(WORK TO COMPLETE) Take the records below and retype them line by line, from the first line through the one containing "v 17.545 47.539 3.652"; stop there.

*** EXTRACTED RECORDS Section Begins ***

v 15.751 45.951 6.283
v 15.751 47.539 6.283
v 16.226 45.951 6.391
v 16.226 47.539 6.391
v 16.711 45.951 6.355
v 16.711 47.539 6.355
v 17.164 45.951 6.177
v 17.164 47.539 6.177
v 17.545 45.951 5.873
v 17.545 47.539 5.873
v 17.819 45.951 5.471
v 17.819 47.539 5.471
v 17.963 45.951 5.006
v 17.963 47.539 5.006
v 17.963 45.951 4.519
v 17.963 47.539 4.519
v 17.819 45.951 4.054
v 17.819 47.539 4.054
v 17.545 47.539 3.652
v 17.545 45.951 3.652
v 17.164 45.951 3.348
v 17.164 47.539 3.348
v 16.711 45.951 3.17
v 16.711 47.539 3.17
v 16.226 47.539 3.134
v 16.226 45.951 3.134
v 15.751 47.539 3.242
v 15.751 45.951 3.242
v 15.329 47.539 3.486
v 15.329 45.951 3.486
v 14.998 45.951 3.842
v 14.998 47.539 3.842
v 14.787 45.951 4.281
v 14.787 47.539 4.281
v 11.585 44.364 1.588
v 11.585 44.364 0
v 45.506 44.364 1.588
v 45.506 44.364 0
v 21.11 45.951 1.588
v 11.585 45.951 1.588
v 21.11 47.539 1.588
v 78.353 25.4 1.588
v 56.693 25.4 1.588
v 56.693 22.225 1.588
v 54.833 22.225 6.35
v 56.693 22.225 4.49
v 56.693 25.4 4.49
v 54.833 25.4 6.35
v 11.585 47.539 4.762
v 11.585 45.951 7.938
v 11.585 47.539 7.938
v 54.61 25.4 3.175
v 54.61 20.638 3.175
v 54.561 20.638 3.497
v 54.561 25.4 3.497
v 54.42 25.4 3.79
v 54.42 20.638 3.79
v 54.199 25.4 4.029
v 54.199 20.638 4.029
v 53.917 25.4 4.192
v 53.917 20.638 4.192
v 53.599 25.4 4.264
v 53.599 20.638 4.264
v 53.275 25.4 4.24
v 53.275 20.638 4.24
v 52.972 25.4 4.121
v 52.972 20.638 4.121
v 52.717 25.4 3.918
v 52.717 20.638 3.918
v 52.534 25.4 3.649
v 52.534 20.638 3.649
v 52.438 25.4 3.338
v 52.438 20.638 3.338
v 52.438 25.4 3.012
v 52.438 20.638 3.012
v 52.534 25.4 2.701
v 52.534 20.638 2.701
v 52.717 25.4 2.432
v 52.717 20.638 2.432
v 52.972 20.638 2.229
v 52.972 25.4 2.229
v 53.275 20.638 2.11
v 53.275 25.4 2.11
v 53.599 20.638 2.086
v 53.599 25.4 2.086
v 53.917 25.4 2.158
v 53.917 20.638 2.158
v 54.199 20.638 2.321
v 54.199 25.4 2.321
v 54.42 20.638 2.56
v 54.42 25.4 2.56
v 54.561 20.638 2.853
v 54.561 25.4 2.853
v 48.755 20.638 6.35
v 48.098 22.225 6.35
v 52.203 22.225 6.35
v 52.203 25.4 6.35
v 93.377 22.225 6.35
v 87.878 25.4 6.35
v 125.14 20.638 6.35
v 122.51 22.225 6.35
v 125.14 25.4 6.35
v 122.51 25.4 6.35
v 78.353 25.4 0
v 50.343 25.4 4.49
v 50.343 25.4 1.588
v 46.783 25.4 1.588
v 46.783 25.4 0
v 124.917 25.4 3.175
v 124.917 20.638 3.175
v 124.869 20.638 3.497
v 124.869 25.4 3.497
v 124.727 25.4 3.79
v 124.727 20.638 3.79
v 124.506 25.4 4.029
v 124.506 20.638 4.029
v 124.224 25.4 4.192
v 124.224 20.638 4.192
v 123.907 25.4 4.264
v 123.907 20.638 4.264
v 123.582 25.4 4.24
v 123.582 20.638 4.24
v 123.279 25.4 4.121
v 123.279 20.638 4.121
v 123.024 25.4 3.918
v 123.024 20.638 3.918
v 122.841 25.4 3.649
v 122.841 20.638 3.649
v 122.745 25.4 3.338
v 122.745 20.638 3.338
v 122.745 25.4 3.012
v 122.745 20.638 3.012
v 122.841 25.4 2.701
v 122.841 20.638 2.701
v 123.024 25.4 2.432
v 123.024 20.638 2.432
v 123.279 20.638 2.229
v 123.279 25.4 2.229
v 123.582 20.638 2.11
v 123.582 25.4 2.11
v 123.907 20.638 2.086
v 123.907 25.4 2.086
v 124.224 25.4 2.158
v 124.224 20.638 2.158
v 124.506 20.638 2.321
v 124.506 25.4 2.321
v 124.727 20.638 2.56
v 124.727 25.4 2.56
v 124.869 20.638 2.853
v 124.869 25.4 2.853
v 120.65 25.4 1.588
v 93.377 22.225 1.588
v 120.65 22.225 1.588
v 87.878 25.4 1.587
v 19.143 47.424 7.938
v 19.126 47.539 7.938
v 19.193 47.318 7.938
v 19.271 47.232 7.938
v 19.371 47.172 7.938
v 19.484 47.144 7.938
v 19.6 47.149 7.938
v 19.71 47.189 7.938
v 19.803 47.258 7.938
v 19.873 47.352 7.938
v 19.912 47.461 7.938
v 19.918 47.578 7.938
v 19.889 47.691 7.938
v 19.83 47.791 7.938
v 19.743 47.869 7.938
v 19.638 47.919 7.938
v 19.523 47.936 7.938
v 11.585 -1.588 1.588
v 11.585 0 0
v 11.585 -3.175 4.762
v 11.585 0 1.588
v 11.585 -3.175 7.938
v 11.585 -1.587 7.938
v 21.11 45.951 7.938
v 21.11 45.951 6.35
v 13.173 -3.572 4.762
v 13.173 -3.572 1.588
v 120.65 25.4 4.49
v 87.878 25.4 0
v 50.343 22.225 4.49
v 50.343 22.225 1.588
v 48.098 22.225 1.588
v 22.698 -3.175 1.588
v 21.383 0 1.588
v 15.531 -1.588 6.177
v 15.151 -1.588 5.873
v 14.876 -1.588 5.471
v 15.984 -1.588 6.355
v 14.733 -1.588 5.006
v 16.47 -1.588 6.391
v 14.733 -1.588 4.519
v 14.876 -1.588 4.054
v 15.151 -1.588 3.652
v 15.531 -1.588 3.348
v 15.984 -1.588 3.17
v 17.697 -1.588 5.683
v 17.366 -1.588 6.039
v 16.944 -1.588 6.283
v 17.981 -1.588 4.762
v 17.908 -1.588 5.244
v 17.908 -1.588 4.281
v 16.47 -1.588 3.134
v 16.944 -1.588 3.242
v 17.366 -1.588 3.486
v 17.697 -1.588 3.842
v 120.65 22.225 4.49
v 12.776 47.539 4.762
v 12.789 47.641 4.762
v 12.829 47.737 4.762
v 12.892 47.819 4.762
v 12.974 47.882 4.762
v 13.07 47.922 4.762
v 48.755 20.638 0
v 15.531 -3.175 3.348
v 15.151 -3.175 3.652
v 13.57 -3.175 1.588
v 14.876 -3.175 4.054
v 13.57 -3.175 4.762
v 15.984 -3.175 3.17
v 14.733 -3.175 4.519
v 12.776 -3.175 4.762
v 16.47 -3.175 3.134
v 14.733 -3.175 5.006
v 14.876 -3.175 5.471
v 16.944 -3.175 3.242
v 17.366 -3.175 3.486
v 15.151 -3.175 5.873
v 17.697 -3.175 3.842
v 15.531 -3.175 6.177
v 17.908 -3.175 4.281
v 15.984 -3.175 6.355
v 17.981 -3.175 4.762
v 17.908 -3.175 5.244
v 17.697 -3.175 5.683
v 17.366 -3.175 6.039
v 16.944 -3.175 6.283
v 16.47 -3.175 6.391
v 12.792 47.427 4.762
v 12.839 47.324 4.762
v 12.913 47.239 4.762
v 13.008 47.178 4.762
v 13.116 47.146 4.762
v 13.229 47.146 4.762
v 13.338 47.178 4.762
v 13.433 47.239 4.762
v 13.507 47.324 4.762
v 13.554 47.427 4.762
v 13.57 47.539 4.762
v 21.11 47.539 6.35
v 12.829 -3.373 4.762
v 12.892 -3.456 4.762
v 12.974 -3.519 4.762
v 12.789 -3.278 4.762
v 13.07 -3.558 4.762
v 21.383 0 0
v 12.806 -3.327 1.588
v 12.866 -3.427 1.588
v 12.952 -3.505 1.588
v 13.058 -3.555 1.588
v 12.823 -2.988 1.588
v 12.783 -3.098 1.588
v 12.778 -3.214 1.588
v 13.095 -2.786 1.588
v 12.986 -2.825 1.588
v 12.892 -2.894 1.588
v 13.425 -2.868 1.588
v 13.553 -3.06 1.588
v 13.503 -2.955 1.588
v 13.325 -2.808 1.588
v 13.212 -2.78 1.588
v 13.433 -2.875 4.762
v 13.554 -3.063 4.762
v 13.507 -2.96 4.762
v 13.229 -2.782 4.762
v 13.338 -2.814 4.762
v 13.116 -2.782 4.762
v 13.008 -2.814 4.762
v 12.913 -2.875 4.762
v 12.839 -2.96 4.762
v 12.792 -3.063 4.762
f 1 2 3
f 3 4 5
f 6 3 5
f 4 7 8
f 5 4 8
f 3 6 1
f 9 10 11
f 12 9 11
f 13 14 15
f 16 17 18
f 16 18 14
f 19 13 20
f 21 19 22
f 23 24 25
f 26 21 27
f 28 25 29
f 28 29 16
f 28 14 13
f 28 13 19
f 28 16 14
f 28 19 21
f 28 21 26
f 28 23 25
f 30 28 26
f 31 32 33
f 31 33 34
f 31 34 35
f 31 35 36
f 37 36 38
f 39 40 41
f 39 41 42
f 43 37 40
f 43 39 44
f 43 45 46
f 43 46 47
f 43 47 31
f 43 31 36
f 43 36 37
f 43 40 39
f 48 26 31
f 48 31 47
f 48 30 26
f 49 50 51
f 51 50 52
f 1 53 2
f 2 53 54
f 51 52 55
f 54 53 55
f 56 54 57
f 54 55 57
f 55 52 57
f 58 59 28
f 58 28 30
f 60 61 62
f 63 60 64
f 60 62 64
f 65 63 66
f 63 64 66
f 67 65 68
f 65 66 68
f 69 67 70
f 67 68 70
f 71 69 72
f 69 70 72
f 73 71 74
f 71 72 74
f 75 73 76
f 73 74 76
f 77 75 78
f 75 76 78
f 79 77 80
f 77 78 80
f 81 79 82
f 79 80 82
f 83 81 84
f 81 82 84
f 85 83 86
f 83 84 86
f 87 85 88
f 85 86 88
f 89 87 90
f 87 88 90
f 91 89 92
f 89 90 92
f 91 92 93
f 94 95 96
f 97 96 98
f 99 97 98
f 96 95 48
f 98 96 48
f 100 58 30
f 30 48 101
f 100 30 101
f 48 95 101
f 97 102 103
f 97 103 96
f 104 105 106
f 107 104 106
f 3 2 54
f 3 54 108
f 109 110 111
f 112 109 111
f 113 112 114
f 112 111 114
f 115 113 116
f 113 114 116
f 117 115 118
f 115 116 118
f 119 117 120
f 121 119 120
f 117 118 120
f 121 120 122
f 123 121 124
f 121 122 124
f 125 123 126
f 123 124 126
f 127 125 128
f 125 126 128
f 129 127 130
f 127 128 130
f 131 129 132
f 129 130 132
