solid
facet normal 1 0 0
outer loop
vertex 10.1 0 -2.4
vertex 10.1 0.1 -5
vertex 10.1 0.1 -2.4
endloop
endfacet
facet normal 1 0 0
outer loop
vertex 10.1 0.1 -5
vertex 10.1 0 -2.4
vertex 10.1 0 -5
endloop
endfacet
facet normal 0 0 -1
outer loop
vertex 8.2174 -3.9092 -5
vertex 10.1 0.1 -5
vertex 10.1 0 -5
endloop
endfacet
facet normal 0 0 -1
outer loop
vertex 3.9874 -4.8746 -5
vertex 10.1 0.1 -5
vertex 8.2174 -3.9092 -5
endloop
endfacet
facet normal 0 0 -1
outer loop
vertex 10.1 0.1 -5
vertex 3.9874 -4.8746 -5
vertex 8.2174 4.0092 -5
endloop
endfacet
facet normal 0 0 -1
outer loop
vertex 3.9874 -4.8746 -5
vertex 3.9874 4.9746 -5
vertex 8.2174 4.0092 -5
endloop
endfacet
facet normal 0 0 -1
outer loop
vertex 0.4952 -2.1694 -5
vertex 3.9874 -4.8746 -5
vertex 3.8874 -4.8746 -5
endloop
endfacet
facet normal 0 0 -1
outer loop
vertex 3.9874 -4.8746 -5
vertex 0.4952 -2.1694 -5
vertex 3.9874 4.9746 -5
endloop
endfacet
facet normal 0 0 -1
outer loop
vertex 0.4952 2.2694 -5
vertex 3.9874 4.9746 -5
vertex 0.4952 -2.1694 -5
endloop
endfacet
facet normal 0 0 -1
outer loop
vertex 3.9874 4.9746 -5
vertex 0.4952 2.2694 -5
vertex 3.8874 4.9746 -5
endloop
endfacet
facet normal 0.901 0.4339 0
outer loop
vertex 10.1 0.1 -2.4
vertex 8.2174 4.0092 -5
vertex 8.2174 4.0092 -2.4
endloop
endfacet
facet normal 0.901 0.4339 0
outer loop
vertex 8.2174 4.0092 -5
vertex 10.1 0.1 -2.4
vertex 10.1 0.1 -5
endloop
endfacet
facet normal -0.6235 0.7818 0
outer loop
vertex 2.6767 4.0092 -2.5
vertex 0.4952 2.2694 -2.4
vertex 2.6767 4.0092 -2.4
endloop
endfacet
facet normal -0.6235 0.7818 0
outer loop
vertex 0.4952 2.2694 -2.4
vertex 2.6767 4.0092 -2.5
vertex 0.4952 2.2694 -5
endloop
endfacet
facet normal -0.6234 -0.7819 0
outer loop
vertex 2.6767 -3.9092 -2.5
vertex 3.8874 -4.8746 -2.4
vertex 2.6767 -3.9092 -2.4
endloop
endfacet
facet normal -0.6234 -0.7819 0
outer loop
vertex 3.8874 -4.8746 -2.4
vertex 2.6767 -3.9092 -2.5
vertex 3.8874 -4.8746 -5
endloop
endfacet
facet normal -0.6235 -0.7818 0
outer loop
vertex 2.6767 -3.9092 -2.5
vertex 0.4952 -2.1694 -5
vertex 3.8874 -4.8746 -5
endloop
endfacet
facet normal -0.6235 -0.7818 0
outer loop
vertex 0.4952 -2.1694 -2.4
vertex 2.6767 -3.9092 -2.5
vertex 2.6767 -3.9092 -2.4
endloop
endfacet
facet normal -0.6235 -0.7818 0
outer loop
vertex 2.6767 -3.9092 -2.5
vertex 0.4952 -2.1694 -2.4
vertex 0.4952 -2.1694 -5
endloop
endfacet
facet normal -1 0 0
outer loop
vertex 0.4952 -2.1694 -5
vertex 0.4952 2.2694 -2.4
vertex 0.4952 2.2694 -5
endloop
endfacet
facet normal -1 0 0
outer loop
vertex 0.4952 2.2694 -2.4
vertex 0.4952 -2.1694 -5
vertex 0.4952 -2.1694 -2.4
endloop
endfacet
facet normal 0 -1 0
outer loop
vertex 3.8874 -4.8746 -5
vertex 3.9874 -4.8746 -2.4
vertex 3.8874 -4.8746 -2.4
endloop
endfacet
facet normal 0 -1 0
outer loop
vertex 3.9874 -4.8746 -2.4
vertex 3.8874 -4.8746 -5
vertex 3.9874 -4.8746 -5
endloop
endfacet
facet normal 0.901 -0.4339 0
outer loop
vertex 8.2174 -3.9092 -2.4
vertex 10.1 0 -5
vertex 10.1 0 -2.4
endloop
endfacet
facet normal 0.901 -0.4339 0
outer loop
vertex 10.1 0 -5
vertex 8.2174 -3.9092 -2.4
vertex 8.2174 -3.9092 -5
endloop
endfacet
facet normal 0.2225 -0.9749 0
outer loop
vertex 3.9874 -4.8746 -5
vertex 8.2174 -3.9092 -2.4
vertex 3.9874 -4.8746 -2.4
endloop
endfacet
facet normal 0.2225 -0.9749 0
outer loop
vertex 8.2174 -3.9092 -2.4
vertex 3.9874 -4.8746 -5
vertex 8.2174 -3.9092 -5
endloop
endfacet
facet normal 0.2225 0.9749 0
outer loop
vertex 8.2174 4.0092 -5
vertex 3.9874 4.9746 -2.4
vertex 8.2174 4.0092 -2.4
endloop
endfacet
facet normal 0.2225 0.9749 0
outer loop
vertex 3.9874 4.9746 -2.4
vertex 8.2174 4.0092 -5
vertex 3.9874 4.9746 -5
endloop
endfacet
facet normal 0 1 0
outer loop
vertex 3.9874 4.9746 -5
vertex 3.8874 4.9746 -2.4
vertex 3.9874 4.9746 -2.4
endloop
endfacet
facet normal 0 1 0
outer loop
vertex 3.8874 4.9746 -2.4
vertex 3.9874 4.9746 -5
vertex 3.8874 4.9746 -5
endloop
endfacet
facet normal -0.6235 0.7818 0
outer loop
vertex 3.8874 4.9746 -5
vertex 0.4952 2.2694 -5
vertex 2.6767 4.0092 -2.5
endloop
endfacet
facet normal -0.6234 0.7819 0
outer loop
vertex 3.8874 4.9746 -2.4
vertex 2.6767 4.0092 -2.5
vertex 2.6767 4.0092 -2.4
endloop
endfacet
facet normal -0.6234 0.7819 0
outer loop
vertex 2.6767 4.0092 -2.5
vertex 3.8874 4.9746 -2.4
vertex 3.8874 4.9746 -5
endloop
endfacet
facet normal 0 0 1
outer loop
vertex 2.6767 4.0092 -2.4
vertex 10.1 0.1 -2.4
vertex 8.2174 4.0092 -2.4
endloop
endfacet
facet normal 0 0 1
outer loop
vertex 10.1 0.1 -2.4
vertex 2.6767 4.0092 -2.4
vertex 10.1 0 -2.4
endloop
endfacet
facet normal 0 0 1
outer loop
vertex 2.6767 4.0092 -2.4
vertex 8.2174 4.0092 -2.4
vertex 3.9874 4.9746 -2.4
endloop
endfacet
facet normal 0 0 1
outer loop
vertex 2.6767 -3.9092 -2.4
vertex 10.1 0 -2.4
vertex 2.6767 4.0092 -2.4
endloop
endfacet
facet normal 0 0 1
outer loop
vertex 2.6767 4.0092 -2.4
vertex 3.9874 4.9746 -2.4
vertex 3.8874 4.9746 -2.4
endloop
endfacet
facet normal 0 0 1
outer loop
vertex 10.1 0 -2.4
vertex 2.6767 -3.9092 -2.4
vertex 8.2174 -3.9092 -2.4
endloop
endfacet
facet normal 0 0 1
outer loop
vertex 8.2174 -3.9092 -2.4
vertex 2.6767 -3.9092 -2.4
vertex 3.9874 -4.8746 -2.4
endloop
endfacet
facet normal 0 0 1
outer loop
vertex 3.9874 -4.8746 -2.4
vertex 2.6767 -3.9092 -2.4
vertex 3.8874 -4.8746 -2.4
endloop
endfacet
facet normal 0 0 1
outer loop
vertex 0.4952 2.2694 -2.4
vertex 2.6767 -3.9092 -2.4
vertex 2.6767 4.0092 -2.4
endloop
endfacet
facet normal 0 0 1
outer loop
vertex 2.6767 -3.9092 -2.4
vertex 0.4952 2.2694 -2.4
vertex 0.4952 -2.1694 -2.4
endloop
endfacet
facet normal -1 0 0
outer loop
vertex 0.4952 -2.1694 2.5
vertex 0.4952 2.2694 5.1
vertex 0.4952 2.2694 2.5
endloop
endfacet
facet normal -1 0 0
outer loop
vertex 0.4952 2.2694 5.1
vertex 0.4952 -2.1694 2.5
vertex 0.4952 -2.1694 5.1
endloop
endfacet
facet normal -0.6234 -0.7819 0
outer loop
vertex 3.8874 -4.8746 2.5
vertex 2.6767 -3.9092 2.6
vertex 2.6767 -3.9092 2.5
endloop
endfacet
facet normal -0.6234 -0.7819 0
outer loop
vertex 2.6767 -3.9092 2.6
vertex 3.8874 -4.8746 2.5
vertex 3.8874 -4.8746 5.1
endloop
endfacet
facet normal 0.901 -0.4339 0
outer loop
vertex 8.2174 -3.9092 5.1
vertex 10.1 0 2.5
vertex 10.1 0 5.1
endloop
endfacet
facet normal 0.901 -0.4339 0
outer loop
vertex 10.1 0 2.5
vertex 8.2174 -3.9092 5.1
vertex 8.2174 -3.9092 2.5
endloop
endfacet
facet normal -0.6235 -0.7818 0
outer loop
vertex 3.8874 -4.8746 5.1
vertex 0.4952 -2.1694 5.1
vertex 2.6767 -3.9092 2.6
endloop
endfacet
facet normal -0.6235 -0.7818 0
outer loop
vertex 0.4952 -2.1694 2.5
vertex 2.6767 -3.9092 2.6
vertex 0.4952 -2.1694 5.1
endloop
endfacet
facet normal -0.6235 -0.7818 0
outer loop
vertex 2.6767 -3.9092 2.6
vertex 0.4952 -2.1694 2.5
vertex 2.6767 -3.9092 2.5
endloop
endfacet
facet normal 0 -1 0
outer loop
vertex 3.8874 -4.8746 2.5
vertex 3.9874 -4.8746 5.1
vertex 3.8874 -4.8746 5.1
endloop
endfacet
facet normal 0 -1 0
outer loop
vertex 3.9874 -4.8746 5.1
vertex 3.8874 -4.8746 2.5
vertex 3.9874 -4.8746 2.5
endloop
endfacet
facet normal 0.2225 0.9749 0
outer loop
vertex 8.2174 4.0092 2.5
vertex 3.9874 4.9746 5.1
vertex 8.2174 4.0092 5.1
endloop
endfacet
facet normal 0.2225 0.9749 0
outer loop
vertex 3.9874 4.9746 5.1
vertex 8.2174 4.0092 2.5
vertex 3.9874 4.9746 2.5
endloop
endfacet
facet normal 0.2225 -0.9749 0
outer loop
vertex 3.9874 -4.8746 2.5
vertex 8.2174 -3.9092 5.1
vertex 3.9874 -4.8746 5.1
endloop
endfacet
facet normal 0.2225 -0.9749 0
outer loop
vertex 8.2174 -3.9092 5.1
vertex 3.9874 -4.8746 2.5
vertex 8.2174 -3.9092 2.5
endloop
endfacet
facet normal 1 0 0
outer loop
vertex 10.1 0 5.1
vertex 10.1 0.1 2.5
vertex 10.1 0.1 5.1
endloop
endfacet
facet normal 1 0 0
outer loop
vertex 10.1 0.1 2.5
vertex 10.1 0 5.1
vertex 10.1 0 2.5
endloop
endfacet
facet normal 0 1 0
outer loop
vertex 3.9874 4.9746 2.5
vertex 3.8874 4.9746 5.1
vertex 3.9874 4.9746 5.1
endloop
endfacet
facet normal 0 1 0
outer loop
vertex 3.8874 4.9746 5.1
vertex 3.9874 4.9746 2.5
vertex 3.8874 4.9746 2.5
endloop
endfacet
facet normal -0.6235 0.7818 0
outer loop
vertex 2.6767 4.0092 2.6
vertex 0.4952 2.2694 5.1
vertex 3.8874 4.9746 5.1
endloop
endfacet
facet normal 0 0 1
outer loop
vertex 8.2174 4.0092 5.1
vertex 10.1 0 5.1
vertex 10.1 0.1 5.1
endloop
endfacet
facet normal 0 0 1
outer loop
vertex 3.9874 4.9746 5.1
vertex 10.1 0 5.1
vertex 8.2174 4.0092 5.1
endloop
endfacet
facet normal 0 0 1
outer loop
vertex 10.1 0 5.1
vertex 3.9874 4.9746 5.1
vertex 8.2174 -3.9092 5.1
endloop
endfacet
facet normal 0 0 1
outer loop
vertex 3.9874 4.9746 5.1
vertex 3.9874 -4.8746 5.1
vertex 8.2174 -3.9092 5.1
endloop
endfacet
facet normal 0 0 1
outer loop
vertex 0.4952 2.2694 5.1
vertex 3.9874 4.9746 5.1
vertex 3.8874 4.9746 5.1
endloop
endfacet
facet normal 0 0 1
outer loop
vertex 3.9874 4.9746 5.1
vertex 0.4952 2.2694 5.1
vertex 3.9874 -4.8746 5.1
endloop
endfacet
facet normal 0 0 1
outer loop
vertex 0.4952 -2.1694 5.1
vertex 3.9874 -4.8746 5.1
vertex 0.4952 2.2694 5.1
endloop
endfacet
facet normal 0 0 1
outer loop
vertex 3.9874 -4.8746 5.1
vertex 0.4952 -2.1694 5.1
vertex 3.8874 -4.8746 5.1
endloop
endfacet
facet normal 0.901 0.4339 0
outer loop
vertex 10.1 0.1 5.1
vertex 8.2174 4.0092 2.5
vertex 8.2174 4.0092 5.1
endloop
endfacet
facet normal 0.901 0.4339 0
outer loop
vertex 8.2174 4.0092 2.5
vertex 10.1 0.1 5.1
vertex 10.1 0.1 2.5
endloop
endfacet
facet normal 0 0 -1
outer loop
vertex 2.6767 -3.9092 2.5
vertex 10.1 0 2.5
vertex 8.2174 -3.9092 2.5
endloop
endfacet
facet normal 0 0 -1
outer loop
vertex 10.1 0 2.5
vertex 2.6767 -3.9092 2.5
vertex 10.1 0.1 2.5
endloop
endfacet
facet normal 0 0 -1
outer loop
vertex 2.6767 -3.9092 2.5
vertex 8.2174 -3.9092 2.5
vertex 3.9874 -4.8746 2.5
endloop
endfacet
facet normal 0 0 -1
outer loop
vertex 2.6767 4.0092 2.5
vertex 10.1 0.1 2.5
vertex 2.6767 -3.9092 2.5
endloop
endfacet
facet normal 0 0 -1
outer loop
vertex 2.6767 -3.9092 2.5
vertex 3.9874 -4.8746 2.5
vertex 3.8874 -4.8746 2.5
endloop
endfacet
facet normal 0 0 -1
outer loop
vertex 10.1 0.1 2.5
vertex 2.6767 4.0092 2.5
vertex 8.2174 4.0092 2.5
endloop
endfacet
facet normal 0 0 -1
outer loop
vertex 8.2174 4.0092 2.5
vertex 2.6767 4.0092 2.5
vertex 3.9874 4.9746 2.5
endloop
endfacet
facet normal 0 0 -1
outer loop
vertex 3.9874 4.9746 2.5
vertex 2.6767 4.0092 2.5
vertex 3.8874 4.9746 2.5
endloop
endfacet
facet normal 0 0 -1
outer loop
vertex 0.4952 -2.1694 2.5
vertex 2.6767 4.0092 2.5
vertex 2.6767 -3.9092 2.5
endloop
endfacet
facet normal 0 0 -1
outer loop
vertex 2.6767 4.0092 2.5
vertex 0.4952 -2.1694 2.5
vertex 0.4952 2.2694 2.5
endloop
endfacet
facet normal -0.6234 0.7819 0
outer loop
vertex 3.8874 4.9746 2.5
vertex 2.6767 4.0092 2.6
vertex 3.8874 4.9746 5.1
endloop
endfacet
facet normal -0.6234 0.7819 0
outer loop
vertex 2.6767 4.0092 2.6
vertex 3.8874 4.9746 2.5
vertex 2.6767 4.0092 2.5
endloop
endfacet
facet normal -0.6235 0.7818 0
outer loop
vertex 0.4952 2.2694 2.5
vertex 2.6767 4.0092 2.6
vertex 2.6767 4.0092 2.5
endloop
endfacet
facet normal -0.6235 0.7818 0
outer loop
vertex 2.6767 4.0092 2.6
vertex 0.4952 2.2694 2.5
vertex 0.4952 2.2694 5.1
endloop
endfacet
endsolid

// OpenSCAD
$fn = 7;
minkowski() {
    cube(0.1);
    union() {
        translate([5, 0, 0]) cylinder(h=10, r=5, center=true);
        cylinder(h=5, r=10, center=true);
    }
}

*** EXTRACTED RECORDS Section Ends ***

(ANSWER BELOW)
v 15.751 45.951 6.283
v 15.751 47.539 6.283
v 16.226 45.951 6.391
v 16.226 47.539 6.391
v 16.711 45.951 6.355
v 16.711 47.539 6.355
v 17.164 45.951 6.177
v 17.164 47.539 6.177
v 17.545 45.951 5.873
v 17.545 47.539 5.873
v 17.819 45.951 5.471
v 17.819 47.539 5.471
v 17.963 45.951 5.006
v 17.963 47.539 5.006
v 17.963 45.951 4.519
v 17.963 47.539 4.519
v 17.819 45.951 4.054
v 17.819 47.539 4.054
v 17.545 47.539 3.652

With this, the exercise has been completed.